> [Task details] Show every line of the data below that includes the word "offset".

+++ The input +++

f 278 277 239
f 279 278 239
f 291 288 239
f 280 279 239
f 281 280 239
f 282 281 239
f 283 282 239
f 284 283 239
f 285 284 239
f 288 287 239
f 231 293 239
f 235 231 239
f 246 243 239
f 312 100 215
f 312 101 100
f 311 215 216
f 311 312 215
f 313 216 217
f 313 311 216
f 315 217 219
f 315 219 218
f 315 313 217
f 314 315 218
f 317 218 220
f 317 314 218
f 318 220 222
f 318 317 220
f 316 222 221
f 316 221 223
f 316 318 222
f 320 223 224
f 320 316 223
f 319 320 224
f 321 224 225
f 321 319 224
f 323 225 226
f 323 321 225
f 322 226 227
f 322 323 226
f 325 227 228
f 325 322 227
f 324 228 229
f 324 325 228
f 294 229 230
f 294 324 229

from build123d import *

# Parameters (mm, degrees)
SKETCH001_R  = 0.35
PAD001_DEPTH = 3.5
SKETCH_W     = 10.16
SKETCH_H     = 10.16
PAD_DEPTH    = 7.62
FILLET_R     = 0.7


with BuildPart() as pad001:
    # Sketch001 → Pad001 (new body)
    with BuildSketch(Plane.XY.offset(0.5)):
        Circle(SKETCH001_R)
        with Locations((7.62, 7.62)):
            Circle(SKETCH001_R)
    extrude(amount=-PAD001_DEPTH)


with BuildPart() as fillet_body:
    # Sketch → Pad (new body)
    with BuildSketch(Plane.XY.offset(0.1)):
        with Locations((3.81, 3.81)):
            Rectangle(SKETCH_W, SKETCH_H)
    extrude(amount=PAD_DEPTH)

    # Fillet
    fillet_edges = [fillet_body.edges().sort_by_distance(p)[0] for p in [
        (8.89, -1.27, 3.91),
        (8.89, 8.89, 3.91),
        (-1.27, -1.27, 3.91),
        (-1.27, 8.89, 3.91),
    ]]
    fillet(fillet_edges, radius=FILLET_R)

+++
+++ The input +++

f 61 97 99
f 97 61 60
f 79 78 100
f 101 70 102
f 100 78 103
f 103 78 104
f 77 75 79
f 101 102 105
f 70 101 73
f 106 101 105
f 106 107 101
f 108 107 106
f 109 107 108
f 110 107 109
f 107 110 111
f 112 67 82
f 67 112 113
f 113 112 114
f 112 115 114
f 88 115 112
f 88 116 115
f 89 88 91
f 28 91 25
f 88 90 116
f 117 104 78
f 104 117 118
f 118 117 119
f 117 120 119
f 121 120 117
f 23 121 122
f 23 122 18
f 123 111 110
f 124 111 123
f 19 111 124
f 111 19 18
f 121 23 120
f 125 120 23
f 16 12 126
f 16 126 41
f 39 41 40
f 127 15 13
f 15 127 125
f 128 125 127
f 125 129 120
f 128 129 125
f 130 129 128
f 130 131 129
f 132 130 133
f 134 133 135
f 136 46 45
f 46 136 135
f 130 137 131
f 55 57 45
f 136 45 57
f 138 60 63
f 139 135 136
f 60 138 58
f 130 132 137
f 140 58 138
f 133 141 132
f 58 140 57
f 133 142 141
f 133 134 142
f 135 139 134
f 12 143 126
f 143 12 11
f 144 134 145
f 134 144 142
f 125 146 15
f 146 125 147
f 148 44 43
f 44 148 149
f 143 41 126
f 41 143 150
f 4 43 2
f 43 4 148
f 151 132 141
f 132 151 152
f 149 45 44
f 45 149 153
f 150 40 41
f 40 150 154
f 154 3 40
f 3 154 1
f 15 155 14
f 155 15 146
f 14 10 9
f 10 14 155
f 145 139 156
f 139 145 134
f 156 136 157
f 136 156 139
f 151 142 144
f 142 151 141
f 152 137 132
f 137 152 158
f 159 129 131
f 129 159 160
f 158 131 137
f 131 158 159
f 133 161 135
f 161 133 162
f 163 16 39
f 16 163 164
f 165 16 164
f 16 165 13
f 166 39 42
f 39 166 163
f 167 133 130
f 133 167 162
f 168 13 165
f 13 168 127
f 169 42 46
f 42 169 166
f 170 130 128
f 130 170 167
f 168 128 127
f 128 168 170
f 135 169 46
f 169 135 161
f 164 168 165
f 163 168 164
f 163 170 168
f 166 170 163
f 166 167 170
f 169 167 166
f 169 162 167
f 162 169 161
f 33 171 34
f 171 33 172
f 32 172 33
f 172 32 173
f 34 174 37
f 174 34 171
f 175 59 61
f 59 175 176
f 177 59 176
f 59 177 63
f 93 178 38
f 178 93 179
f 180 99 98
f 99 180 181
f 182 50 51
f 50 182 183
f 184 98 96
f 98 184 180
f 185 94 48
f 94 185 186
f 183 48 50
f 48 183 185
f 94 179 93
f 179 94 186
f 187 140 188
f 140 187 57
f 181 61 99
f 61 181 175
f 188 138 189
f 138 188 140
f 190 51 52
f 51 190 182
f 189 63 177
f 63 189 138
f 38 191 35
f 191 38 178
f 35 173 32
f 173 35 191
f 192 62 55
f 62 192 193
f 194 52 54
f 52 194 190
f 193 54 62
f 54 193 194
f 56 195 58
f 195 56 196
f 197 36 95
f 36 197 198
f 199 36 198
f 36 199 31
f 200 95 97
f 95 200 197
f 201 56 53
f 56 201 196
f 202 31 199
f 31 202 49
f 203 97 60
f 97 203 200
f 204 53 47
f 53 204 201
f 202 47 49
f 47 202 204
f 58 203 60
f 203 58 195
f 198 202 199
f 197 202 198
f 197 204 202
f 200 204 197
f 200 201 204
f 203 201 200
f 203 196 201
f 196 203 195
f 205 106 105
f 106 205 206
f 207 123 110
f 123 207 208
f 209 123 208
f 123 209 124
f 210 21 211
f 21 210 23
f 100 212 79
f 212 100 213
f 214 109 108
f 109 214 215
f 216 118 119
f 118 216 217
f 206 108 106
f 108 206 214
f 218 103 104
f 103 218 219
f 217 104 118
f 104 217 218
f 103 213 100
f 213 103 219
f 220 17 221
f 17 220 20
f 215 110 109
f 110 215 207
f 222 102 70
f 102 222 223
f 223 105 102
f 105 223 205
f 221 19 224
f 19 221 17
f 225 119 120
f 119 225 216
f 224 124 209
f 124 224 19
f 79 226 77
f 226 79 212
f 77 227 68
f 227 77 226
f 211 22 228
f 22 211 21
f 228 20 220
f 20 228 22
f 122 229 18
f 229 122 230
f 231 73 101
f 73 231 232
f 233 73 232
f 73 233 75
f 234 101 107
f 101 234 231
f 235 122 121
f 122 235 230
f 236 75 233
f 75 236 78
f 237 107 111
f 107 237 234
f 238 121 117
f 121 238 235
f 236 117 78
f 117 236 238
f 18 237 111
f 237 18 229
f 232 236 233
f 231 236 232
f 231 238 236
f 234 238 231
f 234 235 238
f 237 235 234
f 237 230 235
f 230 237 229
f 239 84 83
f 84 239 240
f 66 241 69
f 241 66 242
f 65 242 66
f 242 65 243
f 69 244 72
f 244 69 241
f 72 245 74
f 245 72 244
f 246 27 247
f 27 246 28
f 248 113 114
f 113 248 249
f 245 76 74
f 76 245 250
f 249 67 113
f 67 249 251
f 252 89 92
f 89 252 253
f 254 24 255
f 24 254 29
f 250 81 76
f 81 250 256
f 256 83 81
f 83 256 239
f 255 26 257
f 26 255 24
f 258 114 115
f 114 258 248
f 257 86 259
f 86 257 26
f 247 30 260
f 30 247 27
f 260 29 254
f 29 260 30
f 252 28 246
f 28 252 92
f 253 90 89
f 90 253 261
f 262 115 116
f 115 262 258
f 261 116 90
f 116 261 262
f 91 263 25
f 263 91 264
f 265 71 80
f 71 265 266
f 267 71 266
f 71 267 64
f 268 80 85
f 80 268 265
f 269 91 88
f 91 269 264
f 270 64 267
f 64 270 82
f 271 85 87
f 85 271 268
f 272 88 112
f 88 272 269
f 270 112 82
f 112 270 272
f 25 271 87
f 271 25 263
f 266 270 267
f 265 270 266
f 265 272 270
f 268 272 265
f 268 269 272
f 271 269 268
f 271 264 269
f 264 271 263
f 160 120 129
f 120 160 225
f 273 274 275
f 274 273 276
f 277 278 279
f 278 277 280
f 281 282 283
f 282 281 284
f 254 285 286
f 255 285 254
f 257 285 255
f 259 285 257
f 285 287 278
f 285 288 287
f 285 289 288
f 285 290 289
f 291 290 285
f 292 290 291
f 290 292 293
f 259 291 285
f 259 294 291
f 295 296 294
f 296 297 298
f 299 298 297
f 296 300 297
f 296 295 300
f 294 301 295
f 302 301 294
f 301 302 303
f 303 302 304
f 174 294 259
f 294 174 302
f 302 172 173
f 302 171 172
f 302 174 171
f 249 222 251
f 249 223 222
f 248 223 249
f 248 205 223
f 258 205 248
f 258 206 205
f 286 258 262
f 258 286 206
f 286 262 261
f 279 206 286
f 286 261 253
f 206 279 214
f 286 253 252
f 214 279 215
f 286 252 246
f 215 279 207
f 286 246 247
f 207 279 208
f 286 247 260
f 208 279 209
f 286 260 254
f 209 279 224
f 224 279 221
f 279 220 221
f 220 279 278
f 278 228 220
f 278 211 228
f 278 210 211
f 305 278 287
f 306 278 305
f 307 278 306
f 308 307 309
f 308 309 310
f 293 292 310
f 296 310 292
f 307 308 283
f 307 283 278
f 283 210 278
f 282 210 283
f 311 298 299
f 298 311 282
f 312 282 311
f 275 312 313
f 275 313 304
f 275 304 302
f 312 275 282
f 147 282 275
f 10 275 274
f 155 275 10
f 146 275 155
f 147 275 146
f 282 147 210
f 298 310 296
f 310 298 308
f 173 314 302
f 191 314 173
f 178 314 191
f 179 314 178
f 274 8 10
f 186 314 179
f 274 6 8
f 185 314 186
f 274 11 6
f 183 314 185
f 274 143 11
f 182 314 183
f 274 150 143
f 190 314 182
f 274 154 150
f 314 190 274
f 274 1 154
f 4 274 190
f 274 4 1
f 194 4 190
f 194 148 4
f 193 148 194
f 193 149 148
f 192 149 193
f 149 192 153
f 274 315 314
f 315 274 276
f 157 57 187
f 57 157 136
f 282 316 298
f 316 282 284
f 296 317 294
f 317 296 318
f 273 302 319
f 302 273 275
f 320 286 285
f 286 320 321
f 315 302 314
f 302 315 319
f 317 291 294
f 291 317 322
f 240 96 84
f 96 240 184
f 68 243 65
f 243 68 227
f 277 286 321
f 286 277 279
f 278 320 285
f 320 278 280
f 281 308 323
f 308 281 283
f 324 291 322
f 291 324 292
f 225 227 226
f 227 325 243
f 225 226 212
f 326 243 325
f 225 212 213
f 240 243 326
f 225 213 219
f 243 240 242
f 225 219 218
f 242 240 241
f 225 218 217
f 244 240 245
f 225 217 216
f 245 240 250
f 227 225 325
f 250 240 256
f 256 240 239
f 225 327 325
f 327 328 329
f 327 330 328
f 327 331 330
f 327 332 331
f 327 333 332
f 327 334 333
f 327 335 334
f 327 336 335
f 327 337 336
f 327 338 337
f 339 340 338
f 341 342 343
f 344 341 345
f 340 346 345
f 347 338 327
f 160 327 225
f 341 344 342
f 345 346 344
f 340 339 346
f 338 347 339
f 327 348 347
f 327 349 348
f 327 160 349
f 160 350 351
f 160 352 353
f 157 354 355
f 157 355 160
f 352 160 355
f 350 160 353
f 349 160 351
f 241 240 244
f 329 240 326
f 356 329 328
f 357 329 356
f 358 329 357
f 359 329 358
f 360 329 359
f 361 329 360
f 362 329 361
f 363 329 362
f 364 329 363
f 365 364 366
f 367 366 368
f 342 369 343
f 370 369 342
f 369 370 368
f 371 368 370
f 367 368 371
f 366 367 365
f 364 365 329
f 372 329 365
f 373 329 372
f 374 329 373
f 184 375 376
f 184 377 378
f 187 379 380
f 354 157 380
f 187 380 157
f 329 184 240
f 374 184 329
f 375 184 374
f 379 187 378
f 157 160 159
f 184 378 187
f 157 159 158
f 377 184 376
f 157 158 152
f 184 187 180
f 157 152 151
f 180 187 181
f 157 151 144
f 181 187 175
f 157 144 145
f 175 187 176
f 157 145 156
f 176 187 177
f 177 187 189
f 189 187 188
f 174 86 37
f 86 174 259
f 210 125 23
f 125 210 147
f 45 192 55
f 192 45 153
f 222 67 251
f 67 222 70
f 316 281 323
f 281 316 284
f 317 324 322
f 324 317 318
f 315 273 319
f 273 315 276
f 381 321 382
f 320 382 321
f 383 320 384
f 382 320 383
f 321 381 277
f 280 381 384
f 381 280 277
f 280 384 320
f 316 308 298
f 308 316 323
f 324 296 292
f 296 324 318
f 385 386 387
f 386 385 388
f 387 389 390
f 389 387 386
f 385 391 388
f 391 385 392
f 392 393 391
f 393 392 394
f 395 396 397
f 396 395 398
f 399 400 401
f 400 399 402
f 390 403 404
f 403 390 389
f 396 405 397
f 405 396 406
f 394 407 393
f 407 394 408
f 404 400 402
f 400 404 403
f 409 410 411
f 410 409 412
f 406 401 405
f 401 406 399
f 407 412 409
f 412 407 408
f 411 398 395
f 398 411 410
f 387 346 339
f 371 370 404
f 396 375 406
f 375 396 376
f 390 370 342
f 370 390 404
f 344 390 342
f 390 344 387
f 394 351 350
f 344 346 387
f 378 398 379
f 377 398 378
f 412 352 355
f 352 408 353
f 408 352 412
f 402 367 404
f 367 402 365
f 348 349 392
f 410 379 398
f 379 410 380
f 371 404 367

+++

> [Written reply]
    with BuildSketch(Plane.XY.offset(0.5)):
    with BuildSketch(Plane.XY.offset(0.1)):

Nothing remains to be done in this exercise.